There is also no significant jump in consumption expected as the Islamic republic has recently been receiving payments in the metal for selling crude oil, petroleum products and natural gas despite the restrictions, signaling there is no lack and extraordinary demand for gold. Imports of bullion from Turkey, a buyer of Iranian natural gas, surged to 126 tons in 2012 from 1 ton in the preceding year.
Fed stimulus outlook
Gold was pressured last week and market sentiment continued to be dominated by speculations the Federal Reserve might begin trimming its quantitative easing program earlier than expected. Last weeks FOMC October meeting protocols revealed the Federal Reserve might begin trimming its quantitative easing program “in the coming months”, if the economic recovery moves in the desired direction. Fed minutes showed that policy makers “generally expected that the data would prove consistent with the committee’s outlook for ongoing improvement in labor market conditions and would thus warrant trimming the pace of purchases in coming months.”

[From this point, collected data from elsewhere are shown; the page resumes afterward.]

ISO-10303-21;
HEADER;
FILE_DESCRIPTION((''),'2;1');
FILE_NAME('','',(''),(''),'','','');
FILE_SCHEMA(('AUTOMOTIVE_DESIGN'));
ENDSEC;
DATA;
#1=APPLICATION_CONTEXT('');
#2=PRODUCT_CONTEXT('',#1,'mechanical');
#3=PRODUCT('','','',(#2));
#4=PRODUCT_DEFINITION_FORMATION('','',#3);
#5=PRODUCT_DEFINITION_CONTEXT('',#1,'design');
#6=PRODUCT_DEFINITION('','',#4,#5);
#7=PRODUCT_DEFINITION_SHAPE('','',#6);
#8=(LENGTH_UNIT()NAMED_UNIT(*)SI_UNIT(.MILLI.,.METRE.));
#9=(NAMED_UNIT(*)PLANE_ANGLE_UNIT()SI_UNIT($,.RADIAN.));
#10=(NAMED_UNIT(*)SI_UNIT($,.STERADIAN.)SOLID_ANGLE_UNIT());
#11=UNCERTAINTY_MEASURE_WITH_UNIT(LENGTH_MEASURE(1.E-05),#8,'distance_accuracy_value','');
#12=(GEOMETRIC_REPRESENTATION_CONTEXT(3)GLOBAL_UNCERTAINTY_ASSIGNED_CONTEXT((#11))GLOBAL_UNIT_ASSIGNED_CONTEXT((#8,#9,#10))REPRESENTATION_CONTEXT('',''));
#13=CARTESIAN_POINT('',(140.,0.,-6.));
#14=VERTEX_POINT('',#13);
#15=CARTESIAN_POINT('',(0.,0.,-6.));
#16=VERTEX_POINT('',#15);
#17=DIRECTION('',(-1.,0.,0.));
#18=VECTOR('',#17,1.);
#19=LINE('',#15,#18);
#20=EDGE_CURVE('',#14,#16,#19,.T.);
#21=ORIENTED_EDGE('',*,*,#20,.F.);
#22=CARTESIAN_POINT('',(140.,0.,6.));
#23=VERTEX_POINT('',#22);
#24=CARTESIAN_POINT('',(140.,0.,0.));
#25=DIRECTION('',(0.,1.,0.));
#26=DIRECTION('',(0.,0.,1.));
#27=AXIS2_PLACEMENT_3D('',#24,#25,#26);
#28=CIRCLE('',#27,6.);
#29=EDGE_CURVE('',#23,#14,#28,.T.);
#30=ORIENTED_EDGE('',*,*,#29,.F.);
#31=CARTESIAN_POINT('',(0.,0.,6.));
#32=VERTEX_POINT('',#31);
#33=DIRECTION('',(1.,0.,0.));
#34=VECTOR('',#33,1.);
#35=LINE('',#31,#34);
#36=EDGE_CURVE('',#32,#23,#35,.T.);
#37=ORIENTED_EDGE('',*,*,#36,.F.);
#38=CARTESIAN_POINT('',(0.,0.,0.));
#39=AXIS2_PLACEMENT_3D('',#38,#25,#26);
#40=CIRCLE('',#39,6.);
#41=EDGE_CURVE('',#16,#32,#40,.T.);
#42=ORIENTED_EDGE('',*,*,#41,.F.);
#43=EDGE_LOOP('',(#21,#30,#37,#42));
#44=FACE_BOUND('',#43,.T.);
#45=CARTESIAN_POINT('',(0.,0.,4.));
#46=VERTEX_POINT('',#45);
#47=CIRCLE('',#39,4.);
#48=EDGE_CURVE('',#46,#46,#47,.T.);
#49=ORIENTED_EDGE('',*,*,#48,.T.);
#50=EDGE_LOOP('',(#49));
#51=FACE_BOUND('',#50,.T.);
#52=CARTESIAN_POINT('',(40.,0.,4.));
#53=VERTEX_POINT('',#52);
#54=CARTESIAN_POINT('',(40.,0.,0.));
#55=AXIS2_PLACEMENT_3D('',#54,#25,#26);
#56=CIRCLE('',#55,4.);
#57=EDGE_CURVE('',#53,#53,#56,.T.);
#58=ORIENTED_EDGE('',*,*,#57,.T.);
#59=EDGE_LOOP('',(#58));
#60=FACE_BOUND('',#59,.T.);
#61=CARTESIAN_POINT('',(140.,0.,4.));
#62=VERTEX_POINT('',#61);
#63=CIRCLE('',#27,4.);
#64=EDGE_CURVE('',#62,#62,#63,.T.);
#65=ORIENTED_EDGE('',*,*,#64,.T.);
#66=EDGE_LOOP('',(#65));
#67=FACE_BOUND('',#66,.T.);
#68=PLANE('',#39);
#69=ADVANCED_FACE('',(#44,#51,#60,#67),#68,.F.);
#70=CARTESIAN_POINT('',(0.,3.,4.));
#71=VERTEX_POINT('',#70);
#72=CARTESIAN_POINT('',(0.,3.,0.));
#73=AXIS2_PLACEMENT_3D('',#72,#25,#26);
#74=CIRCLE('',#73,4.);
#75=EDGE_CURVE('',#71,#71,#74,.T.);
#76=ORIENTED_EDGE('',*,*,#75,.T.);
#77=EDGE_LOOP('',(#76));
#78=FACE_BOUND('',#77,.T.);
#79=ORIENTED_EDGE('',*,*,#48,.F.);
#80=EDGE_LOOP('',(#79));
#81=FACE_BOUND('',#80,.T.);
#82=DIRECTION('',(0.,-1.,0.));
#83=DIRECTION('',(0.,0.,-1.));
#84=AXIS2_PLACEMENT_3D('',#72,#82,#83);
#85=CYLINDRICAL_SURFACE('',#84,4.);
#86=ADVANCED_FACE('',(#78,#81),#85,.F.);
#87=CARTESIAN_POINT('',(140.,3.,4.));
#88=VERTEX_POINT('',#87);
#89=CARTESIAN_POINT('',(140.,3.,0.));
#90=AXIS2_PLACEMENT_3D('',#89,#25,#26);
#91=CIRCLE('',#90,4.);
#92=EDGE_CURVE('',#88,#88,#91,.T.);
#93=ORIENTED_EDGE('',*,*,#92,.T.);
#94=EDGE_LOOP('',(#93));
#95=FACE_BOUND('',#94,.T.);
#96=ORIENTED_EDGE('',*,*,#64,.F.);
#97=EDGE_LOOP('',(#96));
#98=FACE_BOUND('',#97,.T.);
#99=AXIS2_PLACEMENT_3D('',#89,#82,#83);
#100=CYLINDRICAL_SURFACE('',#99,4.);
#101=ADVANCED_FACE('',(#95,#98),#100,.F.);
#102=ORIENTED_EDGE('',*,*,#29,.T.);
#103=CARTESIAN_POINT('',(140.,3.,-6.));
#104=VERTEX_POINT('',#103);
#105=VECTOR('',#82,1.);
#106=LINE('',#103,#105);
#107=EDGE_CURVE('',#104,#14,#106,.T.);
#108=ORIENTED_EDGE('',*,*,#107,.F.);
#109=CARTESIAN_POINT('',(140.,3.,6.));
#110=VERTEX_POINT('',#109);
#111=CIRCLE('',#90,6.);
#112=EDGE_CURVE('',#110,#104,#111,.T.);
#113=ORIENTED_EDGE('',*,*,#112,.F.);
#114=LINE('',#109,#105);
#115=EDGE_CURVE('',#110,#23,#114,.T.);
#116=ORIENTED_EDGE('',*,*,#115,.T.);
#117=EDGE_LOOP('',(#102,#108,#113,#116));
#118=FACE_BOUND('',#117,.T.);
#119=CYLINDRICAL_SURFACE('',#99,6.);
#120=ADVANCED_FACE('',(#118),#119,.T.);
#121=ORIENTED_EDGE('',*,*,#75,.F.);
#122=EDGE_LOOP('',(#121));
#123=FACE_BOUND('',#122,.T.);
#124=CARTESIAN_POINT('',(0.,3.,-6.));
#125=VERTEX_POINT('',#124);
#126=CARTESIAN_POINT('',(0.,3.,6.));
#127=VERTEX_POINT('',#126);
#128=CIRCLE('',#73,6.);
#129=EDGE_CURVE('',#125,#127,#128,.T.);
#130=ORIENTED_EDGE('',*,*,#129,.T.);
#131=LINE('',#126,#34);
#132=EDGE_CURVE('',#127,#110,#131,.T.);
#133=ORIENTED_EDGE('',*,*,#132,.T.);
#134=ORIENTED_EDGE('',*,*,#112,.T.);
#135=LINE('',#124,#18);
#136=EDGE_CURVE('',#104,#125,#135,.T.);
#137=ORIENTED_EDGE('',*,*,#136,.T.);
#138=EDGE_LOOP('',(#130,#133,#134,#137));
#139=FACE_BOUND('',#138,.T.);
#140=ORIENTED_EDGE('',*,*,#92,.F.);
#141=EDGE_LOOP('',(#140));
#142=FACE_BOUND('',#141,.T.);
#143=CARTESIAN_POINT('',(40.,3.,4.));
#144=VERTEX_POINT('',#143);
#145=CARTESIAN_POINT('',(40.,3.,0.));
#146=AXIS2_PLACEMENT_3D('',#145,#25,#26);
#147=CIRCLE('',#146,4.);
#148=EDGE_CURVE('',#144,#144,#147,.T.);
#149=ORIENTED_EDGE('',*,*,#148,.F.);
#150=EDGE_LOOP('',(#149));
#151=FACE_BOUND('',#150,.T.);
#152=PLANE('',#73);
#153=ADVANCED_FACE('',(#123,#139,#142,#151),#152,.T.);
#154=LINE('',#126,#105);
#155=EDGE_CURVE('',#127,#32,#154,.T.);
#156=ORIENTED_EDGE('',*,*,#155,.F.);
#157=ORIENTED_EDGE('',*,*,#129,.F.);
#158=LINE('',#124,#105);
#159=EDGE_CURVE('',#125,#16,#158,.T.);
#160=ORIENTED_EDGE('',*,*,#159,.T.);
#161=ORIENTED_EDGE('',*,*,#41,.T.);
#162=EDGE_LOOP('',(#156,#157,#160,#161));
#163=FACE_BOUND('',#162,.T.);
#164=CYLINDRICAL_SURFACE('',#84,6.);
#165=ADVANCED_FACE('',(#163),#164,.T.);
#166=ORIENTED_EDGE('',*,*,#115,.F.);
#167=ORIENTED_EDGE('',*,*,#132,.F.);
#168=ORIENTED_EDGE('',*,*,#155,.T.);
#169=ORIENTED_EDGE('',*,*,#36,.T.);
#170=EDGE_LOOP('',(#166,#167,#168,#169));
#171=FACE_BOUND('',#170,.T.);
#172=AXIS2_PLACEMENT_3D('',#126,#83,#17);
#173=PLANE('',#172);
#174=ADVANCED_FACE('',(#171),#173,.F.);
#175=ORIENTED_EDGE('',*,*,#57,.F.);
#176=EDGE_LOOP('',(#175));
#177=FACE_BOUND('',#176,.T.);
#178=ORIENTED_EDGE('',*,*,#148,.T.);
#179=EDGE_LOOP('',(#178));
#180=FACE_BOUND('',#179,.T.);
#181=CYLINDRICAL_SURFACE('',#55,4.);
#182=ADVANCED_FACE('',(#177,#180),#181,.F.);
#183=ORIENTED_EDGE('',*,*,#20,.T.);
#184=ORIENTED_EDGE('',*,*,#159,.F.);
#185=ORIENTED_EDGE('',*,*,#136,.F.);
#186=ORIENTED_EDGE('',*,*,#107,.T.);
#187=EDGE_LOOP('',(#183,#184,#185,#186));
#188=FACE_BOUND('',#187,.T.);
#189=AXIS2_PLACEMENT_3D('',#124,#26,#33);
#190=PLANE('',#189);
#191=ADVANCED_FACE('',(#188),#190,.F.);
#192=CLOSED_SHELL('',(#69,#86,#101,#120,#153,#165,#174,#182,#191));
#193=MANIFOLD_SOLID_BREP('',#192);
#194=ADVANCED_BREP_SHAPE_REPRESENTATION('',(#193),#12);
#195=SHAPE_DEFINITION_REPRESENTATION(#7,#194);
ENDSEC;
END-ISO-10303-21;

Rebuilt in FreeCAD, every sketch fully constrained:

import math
import FreeCAD as App
import Part
import Sketcher

doc = App.newDocument("Part")
body = doc.addObject("PartDesign::Body", "Body")

# Sketch on XZ plane
sketch1 = body.newObject("Sketcher::SketchObject", "Sketch")
sketch1.AttachmentSupport = (doc.getObject("XZ_Plane"), [""])
sketch1.MapMode = "FlatFace"
sketch1.addGeometry([
    Part.LineSegment(App.Vector(140, -6, 0), App.Vector(0, -6, 0)),  # 0
    Part.ArcOfCircle(Part.Circle(App.Vector(0, 0, 0), App.Vector(0, 0, 1), 6), math.radians(90), math.radians(270)),  # 1
    Part.LineSegment(App.Vector(0, 6, 0), App.Vector(140, 6, 0)),  # 2
    Part.ArcOfCircle(Part.Circle(App.Vector(140, 0, 0), App.Vector(0, 0, 1), 6), math.radians(-90), math.radians(90)),  # 3
    Part.Circle(App.Vector(140, 0, 0), App.Vector(0, 0, 1), 4),  # 4
    Part.Circle(App.Vector(0, 0, 0), App.Vector(0, 0, 1), 4),  # 5
], False)
sketch1.addConstraint([
    Sketcher.Constraint("Tangent", 0, 2, 1, 2),
    Sketcher.Constraint("Tangent", 1, 1, 2, 1),
    Sketcher.Constraint("Tangent", 2, 2, 3, 2),
    Sketcher.Constraint("Tangent", 3, 1, 0, 1),
    Sketcher.Constraint("Horizontal", 0),
    Sketcher.Constraint("Horizontal", 2),
    Sketcher.Constraint("Coincident", 1, 3, -1, 1),
    Sketcher.Constraint("Coincident", 5, 3, -1, 1),
    Sketcher.Constraint("Coincident", 4, 3, 3, 3),
    Sketcher.Constraint("Equal", 4, 5),
    Sketcher.Constraint("Diameter", 4, 8.0),
    Sketcher.Constraint("Radius", 1, 6.0),
    Sketcher.Constraint("DistanceX", 0, 2, 0, 1, 140.0),
])
pad1 = body.newObject("PartDesign::Pad", "Pad")
pad1.Profile = sketch1
pad1.Length = 3
pad1.Reversed = True

# Sketch on XZ plane
sketch2 = body.newObject("Sketcher::SketchObject", "Sketch001")
sketch2.AttachmentSupport = (doc.getObject("XZ_Plane"), [""])
sketch2.MapMode = "FlatFace"
sketch2.AttachmentOffset = App.Placement(App.Vector(0, 0, -3), App.Rotation())
sketch2.addGeometry(Part.Circle(App.Vector(40, 0, 0), App.Vector(0, 0, 1), 4), False)
sketch2.addConstraint([
    Sketcher.Constraint("PointOnObject", 0, 3, -1),
    Sketcher.Constraint("Diameter", 0, 8.0),
    Sketcher.Constraint("DistanceX", -1, 1, 0, 3, 40.0),
])
pocket1 = body.newObject("PartDesign::Pocket", "Pocket")
pocket1.Profile = sketch2
pocket1.Type = "ThroughAll"
pocket1.Reversed = True

doc.recompute()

Further weighing on gold, U.S. retail sales jumped by the most since July last month while the Department of Labor reported on Thursday that the number of people who filed for unemployment assistance in the week ended November 16 decreased by 21 000 to reach 323 000, the lowest number since September.
The U.S. dollar index, which measures the greenbacks performance against a basket of six major peers, traded at 80.96 at 11:10 GMT, up 0.33% on the day. Prices shifted in a days range between 80.97 and 80.67. Strengthening of the dollar makes commodities priced in it more expensive for foreign currency holders and limits their appeal as an alternative investment.
Assets in the SPDR Gold Trust, the biggest bullion-backed ETF, fell to 852.21 tons on Friday, the lowest level since the February 2009. Outflows have totaled nearly 455 tons this year. Billionaire hedge-fund manager John Paulson who holds the biggest stake in the SPDR Gold Trust told clients on November 20 that he wouldn’t invest more money in his gold fund because it isn’t clear when inflation will accelerate.
Market players also awaited the release of key U.S. housing and consumer sentiment data later this week to gauge Feds tapering timetable. On Monday, the National Association of Realtors is expected to report that U.S. Pending Home Sales may have risen by 2.0% in October after declining by 5.6% in the previous month.
Data released on Tuesday may show that the number of building permits issued in September and October also advanced, followed by two consecutive gains in housing starts in the respective months. Housing prices are projected to have jumped in September with the S&P/Case-Shiller Composite-20 Home Price Index surging by 12.97% on annual basis, up from 12.82% a month earlier. Meanwhile, the Conference Board will likely report that consumer confidence rose to 72.1 in November following a steep drop to 71.2 in October.
On Wednesday, data by the Labor Department is expected to show that the number of people who filed for initial unemployment benefits rose to 330 000 in the week ended November 23, while durable goods orders probably fell by 1.7% in October. Business activity in Chicago likely slowed in November but remained firmly in the expansion zone, while the Thomson Reuters/University of Michigan Consumer Sentiment Index is projected to confirm the Conference Board’s improvement prediction, marking a surge to 73.1 from October’s 72.0.